**What you will do:**
Once you have located the line containing "f 788 261 789" in the material below, return it exactly along with each line after it through the line containing "f 631 293 630".

=== Section Start ===

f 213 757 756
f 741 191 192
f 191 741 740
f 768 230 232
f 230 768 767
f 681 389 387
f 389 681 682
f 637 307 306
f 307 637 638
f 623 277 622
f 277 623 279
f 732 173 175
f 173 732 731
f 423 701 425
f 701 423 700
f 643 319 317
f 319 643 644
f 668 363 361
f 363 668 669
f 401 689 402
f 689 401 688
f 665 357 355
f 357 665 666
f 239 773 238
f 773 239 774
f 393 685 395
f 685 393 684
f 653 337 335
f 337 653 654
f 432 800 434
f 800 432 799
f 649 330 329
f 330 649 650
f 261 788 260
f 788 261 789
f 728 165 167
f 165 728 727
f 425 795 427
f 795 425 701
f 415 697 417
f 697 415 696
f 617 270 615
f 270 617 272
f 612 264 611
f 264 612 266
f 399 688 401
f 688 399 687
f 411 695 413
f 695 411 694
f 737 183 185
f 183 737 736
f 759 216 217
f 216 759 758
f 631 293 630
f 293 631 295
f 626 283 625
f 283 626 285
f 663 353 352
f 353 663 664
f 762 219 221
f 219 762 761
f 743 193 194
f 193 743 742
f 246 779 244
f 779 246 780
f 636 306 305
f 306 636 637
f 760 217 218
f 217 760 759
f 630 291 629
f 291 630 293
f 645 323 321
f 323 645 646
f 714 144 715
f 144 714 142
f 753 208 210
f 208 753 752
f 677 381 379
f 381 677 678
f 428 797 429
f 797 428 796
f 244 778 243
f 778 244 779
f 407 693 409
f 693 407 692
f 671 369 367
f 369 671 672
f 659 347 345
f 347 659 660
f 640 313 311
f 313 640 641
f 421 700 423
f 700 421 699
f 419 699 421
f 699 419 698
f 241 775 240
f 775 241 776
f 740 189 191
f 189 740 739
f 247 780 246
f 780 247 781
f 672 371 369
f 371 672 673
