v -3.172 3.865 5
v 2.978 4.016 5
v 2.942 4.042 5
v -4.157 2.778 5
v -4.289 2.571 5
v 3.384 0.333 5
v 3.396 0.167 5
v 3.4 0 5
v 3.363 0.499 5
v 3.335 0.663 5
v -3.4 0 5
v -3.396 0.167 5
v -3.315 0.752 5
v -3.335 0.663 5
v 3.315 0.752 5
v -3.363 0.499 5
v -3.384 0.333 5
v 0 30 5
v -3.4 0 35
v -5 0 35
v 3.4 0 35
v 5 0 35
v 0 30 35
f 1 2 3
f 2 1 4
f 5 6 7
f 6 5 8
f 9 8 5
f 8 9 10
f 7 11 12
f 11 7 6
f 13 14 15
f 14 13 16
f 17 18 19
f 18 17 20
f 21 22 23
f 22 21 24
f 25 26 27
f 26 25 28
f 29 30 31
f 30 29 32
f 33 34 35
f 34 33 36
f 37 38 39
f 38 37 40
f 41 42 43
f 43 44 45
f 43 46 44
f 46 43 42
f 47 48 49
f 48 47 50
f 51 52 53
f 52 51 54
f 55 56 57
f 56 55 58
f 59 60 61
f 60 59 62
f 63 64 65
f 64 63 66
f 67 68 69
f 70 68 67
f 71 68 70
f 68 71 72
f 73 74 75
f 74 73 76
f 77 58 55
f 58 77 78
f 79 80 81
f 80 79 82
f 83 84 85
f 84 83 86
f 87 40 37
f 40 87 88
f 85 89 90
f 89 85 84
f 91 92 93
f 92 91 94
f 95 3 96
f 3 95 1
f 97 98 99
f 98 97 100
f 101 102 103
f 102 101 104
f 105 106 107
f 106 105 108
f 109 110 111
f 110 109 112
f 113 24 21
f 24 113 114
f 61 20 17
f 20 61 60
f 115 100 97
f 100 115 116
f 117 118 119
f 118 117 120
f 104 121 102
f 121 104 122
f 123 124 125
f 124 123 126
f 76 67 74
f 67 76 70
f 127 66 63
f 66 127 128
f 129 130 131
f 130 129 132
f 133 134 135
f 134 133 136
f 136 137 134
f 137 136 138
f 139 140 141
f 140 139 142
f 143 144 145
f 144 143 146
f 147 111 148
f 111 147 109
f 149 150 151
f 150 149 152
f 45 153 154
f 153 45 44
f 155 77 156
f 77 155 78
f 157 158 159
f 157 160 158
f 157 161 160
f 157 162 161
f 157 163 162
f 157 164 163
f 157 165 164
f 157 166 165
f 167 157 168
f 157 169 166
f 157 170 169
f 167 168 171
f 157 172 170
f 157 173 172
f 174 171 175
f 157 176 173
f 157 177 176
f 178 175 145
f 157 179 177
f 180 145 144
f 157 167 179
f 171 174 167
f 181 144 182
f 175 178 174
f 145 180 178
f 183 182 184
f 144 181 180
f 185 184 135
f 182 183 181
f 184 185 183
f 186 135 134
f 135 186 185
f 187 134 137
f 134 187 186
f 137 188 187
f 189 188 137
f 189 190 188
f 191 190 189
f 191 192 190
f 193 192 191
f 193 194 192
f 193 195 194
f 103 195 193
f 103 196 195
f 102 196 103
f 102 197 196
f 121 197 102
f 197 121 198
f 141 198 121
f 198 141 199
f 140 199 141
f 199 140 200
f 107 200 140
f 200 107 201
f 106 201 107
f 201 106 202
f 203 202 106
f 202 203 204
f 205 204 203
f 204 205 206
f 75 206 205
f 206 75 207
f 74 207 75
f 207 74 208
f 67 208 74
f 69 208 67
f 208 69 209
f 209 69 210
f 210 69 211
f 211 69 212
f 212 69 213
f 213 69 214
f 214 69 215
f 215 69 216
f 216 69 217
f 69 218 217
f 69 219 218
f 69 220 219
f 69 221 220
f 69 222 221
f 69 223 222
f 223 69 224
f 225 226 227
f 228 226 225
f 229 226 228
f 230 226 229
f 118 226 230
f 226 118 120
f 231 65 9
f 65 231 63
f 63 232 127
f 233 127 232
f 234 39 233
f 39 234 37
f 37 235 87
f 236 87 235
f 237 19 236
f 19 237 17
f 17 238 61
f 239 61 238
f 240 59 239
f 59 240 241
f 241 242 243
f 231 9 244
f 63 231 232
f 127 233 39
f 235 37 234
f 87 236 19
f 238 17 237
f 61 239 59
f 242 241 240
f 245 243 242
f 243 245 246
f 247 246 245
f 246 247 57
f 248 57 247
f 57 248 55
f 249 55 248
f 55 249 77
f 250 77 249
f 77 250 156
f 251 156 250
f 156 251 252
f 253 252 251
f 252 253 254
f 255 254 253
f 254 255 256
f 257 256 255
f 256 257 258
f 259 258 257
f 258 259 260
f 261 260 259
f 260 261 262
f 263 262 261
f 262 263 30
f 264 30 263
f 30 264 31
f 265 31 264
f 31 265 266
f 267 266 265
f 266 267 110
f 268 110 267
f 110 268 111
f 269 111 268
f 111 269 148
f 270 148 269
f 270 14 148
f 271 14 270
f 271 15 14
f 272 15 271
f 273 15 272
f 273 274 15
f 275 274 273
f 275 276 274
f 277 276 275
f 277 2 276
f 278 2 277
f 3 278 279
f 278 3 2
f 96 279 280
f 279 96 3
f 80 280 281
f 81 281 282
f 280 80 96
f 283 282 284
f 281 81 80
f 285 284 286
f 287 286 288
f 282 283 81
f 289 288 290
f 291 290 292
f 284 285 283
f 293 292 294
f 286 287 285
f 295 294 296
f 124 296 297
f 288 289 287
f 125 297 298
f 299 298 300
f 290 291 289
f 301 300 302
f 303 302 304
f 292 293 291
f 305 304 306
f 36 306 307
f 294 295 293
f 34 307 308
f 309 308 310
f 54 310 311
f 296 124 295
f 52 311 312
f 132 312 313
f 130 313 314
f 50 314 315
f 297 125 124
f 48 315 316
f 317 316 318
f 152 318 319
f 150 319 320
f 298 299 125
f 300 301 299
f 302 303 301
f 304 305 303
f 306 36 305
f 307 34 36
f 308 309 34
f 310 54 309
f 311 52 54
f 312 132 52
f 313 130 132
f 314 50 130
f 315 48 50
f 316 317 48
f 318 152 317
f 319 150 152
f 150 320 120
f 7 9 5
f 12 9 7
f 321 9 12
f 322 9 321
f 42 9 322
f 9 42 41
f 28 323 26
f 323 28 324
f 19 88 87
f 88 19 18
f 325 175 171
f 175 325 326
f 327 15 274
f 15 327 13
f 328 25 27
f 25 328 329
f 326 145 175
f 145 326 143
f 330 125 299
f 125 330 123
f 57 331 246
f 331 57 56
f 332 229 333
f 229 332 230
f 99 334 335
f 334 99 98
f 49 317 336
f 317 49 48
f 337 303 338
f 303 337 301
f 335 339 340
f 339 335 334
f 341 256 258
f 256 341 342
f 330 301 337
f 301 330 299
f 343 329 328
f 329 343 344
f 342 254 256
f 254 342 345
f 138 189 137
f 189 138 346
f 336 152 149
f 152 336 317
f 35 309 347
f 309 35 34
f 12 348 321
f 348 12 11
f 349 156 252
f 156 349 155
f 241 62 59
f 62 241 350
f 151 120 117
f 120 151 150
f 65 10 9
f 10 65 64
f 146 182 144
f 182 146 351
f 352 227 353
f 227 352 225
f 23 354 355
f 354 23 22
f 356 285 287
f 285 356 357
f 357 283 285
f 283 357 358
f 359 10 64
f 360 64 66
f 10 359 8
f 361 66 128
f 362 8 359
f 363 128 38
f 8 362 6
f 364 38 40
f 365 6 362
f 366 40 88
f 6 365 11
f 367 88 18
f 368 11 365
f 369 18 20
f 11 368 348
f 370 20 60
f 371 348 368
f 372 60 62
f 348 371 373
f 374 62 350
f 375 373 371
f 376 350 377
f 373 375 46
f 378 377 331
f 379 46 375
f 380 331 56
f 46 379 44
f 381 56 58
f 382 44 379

=== Section End ===

**Exercise response:**
f 788 261 789
f 728 165 167
f 165 728 727
f 425 795 427
f 795 425 701
f 415 697 417
f 697 415 696
f 617 270 615
f 270 617 272
f 612 264 611
f 264 612 266
f 399 688 401
f 688 399 687
f 411 695 413
f 695 411 694
f 737 183 185
f 183 737 736
f 759 216 217
f 216 759 758
f 631 293 630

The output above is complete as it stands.